## [WORK TO BE COMPLETED]
Search the records below for the string "SUBTRACT" and copy each line where it turns up.

Saved entries:
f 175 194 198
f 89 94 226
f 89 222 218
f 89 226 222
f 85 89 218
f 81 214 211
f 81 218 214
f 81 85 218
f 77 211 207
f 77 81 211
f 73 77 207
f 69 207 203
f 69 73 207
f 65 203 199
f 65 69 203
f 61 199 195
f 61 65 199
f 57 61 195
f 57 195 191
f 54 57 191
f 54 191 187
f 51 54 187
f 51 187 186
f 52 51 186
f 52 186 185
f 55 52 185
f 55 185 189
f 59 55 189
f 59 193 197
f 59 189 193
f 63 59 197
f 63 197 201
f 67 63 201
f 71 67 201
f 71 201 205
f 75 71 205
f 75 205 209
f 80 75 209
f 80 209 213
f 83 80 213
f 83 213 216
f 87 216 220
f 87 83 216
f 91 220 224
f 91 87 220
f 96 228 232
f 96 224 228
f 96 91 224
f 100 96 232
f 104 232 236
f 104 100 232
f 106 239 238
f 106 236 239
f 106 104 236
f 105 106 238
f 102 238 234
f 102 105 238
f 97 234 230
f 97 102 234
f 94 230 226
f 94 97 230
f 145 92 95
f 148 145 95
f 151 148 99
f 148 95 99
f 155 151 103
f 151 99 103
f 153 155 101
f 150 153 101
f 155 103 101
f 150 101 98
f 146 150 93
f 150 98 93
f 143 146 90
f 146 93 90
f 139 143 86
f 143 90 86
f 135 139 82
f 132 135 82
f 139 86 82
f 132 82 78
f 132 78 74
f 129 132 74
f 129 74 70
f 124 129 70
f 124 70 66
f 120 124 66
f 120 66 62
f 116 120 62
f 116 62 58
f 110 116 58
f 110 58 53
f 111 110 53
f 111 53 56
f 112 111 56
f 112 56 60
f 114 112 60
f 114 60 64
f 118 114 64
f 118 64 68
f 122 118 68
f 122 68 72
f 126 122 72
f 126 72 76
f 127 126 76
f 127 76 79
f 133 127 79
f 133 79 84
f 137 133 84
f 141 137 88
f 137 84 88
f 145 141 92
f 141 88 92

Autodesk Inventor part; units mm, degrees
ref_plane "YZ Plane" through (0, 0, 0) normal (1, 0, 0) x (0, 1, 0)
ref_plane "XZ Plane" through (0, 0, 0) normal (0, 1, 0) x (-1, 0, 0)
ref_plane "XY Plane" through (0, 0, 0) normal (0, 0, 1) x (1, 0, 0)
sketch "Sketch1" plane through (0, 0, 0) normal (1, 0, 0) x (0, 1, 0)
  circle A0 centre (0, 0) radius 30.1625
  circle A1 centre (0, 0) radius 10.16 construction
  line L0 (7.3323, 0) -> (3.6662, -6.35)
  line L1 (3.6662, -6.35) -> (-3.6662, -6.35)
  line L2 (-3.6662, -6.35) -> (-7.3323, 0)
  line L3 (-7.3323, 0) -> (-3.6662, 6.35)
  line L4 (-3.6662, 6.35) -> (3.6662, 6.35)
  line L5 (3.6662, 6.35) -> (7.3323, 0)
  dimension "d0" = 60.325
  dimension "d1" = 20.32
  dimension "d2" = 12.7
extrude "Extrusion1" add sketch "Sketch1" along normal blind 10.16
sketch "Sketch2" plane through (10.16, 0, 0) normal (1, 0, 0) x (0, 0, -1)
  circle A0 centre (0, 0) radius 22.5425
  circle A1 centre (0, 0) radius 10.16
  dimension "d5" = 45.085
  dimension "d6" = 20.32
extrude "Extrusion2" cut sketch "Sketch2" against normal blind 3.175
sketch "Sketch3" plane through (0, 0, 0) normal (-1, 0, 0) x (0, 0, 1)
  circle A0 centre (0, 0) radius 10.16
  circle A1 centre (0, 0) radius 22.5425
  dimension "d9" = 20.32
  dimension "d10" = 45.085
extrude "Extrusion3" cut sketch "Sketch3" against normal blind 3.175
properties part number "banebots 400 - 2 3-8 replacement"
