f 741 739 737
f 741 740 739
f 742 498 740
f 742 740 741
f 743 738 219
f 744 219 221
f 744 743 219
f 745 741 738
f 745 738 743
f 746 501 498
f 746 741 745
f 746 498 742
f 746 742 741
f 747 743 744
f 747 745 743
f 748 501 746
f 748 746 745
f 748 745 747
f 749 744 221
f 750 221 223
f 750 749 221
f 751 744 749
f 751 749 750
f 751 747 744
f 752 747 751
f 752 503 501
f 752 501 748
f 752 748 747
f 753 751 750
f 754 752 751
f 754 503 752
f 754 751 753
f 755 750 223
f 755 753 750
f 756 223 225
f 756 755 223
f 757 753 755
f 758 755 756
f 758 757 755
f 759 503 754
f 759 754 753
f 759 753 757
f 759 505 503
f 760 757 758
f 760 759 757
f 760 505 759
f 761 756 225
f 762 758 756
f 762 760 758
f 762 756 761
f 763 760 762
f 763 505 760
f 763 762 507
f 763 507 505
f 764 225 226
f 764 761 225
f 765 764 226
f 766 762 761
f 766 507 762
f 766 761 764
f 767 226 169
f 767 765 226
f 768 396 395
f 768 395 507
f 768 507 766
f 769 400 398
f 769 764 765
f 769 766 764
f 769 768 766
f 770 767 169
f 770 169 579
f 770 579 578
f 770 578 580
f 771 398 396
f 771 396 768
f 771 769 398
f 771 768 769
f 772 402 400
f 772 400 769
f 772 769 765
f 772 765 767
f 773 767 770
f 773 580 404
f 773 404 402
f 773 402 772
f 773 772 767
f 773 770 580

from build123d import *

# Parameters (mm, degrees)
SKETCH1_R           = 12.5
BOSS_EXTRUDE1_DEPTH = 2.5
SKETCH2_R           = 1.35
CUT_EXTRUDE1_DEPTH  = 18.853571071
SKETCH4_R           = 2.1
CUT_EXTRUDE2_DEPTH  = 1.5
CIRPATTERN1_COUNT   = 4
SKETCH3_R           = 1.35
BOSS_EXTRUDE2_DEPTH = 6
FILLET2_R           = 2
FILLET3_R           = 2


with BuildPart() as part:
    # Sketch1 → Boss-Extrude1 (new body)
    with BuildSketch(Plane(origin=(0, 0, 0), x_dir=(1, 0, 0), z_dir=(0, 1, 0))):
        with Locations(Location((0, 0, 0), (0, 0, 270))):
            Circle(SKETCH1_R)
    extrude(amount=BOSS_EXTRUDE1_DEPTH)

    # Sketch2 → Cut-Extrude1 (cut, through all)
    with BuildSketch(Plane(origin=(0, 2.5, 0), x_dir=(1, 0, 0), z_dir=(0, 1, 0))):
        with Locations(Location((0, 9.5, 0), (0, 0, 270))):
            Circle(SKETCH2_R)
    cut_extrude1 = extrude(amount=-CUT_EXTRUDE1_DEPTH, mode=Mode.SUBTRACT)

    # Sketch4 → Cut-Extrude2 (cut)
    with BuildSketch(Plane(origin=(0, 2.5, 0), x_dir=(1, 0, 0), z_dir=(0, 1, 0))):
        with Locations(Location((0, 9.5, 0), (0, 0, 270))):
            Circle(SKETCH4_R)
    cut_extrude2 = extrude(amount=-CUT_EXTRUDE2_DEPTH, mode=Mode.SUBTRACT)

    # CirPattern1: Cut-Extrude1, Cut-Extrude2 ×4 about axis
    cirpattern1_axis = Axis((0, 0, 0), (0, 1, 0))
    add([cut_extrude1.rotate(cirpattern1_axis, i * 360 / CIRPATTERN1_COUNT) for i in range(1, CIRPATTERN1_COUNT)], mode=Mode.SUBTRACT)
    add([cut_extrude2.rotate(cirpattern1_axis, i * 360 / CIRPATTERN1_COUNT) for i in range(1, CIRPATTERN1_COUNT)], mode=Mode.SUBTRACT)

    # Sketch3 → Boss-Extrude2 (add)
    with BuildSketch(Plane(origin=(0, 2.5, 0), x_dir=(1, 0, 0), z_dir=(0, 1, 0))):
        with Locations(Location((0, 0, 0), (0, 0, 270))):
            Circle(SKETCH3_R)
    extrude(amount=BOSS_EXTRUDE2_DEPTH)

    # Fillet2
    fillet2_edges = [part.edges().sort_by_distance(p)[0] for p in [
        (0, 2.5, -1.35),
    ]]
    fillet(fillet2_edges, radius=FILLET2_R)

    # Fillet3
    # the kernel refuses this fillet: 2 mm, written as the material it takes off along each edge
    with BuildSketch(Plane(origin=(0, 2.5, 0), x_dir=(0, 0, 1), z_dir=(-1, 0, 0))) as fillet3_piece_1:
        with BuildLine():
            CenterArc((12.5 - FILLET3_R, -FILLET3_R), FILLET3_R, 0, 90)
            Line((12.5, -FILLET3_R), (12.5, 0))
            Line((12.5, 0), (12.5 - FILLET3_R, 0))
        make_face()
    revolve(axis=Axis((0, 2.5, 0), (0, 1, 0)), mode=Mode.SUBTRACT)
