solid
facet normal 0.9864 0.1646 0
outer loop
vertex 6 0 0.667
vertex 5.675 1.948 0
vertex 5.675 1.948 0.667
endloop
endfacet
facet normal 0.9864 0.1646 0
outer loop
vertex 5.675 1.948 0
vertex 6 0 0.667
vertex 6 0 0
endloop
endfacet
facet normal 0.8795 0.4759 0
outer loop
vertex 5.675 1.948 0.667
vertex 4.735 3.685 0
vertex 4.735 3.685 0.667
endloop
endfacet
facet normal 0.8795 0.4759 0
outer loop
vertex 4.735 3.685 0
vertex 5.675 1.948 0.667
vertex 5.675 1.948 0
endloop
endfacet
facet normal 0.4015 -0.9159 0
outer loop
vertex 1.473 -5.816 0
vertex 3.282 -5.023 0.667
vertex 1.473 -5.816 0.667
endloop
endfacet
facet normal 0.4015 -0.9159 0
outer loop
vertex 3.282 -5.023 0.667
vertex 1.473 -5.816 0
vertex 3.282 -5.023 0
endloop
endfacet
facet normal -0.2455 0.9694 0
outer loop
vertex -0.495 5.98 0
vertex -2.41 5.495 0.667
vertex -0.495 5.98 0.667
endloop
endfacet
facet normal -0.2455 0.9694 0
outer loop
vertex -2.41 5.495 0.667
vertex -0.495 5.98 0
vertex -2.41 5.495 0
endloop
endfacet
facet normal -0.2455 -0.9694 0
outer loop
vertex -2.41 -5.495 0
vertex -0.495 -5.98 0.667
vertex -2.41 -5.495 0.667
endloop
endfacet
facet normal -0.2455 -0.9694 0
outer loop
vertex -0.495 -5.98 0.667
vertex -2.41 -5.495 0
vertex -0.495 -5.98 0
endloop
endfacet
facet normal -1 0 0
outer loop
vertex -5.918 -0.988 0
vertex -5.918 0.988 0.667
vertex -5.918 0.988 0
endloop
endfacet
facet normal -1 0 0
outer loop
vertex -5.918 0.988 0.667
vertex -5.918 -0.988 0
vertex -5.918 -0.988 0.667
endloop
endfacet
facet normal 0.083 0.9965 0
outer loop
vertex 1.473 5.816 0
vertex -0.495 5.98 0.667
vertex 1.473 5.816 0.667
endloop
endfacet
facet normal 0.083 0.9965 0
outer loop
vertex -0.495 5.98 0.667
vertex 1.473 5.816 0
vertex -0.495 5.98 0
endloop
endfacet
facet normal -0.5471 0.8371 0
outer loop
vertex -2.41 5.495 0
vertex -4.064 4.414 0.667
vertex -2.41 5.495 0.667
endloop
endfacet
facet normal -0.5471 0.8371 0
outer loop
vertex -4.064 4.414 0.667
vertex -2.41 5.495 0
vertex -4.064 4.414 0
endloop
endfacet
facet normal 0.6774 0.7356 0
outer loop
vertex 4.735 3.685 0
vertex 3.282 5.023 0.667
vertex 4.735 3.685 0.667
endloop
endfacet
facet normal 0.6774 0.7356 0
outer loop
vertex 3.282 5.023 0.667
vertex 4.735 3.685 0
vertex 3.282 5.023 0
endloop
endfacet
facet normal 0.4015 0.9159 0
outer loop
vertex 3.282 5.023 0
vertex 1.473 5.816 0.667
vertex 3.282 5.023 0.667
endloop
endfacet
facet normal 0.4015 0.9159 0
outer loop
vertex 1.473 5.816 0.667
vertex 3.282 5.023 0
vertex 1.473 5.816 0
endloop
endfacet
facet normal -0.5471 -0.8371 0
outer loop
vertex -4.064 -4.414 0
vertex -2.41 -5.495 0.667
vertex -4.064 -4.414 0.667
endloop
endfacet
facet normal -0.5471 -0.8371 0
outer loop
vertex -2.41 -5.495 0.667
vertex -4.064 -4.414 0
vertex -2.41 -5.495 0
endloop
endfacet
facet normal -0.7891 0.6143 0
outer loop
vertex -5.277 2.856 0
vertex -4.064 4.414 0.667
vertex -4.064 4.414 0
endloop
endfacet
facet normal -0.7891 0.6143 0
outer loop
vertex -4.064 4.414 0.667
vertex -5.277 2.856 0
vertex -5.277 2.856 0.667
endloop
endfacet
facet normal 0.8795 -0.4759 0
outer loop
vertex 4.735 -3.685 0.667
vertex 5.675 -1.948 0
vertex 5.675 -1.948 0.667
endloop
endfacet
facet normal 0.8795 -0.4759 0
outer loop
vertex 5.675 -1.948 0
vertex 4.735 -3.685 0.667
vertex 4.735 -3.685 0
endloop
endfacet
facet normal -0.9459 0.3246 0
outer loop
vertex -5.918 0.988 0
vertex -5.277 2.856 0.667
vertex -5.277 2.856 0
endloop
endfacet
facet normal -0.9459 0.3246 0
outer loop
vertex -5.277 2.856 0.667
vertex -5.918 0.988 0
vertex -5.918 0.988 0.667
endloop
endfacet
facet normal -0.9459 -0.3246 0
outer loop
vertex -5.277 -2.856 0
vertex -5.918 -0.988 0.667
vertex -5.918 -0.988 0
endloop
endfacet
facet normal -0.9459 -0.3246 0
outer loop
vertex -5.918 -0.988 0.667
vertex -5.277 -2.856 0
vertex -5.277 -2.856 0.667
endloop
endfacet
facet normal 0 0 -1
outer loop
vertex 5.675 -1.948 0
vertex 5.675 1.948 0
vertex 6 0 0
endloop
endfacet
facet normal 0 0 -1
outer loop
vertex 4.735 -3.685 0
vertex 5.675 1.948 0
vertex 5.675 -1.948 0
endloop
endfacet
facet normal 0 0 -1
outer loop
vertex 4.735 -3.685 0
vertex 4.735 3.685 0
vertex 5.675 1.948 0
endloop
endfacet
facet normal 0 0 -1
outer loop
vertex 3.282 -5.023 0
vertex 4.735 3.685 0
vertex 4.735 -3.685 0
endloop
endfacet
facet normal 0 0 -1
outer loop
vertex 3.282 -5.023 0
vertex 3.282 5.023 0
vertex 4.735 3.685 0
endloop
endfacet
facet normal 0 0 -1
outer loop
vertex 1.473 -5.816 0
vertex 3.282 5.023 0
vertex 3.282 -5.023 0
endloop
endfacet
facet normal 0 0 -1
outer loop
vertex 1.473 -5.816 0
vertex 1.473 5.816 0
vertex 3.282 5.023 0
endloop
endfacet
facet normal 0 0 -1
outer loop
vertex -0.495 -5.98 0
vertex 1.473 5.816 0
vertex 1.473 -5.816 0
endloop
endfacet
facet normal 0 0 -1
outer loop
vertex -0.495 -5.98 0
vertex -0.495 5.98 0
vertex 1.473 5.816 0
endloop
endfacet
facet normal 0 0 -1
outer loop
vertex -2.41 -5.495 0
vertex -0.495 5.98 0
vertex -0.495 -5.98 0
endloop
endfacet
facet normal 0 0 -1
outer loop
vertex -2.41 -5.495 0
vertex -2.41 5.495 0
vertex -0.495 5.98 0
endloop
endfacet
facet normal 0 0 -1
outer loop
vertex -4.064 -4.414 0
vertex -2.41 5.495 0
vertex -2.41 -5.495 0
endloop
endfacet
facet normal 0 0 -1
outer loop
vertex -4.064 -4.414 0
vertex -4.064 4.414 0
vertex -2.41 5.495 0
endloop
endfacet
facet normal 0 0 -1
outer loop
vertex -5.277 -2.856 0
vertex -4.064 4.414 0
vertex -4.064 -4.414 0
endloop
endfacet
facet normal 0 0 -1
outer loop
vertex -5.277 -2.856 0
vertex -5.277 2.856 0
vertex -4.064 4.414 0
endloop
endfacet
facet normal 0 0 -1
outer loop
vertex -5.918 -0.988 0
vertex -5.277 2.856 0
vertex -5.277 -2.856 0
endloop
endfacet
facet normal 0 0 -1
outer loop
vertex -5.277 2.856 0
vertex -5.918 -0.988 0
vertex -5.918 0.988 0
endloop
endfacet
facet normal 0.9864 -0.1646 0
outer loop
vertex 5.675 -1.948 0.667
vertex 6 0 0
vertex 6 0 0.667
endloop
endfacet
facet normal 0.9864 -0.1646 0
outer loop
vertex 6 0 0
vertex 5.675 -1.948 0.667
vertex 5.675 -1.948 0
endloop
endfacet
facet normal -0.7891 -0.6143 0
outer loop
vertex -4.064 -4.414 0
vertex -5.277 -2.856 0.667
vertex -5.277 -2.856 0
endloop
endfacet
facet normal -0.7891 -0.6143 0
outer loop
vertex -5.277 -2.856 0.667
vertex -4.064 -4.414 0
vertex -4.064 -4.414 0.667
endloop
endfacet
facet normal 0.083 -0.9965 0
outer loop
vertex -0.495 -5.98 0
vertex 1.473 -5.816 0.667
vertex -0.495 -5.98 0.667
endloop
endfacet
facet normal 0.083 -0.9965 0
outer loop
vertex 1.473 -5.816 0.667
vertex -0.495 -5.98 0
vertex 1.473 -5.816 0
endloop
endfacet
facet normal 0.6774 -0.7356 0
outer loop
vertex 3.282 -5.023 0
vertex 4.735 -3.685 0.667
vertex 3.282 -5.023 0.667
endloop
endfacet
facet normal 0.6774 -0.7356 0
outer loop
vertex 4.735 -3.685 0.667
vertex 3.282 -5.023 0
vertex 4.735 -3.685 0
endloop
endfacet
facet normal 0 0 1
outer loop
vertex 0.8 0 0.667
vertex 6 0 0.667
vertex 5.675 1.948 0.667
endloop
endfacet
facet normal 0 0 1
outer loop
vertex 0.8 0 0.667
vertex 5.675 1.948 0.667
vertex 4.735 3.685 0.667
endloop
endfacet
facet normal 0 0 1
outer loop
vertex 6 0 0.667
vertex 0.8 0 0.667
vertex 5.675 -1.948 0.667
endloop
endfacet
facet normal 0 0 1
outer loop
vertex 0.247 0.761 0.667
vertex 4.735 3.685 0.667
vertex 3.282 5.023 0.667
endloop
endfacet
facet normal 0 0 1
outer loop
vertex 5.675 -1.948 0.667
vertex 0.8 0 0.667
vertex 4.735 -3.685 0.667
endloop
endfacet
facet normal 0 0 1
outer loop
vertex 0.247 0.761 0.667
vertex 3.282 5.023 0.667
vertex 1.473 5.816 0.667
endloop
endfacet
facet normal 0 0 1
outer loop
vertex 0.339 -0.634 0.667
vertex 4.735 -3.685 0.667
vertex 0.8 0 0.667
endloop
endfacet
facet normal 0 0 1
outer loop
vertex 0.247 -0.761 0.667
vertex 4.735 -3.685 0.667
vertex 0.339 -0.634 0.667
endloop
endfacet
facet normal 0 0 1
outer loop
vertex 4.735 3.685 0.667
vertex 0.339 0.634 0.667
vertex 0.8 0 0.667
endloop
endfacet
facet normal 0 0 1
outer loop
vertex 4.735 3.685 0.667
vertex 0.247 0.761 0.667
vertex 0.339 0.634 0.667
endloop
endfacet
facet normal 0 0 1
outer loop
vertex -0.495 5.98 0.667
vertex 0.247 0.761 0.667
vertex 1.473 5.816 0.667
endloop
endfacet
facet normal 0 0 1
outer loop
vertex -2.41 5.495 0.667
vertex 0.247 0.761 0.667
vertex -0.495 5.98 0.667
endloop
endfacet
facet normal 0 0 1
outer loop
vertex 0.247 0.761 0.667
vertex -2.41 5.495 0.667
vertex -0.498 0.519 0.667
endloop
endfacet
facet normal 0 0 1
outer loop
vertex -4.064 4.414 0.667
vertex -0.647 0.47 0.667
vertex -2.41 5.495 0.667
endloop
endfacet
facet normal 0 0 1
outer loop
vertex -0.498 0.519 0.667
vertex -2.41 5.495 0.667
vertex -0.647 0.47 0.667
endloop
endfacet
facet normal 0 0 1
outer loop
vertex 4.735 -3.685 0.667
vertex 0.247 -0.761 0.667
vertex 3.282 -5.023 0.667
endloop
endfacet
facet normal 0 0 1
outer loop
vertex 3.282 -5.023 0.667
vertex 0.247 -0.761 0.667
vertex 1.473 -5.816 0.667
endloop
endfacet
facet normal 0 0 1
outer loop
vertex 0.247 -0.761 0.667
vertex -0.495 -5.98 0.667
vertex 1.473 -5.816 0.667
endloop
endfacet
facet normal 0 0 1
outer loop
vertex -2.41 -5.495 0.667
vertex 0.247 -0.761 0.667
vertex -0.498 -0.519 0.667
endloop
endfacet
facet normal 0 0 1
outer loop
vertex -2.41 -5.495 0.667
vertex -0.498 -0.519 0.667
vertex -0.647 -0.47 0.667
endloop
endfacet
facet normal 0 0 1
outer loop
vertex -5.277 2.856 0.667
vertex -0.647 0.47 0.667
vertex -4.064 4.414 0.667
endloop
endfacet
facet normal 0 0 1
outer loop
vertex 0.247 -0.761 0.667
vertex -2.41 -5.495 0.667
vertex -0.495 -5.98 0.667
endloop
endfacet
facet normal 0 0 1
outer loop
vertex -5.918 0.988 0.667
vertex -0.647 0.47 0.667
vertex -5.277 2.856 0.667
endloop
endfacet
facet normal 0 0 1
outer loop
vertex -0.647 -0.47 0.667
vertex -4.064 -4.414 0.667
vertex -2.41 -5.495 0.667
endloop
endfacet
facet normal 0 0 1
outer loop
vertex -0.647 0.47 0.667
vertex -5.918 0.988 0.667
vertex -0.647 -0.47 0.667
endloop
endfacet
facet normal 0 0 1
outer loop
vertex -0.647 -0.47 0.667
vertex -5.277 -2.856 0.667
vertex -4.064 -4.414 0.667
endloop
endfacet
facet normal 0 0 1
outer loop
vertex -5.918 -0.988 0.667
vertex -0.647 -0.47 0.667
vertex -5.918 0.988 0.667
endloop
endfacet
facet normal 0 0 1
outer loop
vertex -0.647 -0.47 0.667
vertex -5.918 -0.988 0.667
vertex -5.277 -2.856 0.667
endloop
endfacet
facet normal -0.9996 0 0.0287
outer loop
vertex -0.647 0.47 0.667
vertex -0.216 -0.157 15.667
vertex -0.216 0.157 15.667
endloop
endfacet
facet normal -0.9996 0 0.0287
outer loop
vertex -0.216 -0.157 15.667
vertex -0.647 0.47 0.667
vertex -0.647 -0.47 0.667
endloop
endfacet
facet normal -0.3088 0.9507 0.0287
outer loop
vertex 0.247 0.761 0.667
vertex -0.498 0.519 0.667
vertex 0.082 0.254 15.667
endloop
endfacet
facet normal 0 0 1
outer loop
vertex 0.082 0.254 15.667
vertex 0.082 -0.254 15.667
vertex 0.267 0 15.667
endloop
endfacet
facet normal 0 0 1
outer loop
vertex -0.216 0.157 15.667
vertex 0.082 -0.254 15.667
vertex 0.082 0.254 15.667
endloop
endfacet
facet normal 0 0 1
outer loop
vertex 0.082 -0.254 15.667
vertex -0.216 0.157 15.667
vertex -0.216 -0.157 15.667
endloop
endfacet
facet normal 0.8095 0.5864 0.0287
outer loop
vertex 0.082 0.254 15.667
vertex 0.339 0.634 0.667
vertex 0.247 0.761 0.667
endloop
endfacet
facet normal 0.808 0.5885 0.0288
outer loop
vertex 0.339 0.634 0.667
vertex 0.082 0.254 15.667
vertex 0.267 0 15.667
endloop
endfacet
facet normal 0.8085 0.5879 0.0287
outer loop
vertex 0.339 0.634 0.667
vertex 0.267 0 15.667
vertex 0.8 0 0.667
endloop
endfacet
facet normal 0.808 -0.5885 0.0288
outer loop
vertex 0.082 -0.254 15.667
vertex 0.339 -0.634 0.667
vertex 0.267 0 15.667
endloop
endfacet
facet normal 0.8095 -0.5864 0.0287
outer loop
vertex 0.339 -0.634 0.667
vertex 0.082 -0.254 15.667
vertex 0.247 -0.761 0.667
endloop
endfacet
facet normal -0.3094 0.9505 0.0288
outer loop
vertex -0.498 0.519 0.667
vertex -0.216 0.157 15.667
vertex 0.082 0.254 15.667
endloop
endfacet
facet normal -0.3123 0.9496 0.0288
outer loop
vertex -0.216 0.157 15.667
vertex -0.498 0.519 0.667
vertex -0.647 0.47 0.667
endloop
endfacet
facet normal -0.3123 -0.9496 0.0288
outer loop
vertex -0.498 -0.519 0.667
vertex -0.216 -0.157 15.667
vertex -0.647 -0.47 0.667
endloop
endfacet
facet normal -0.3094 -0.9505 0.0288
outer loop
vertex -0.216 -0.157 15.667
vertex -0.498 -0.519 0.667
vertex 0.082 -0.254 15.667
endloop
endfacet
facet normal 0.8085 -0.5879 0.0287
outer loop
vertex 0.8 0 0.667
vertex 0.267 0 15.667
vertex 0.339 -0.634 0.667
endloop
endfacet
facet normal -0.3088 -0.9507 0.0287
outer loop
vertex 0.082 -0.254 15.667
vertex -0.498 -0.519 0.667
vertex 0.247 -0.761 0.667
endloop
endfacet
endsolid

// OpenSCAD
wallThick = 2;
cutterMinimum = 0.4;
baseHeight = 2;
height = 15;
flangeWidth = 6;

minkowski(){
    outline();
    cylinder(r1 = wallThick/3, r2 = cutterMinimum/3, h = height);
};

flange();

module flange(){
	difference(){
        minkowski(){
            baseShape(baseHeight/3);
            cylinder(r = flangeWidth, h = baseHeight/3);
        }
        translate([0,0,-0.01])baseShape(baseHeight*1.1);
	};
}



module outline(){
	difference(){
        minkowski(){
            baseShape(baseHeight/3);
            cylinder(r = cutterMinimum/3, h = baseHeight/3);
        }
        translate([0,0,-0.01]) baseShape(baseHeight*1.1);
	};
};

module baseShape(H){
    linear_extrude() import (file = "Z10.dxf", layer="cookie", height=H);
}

## [WRITTEN RESPONSE]
    cut_extrude1 = extrude(amount=-CUT_EXTRUDE1_DEPTH, mode=Mode.SUBTRACT)
    cut_extrude2 = extrude(amount=-CUT_EXTRUDE2_DEPTH, mode=Mode.SUBTRACT)
    add([cut_extrude1.rotate(cirpattern1_axis, i * 360 / CIRPATTERN1_COUNT) for i in range(1, CIRPATTERN1_COUNT)], mode=Mode.SUBTRACT)
    add([cut_extrude2.rotate(cirpattern1_axis, i * 360 / CIRPATTERN1_COUNT) for i in range(1, CIRPATTERN1_COUNT)], mode=Mode.SUBTRACT)
    revolve(axis=Axis((0, 2.5, 0), (0, 1, 0)), mode=Mode.SUBTRACT)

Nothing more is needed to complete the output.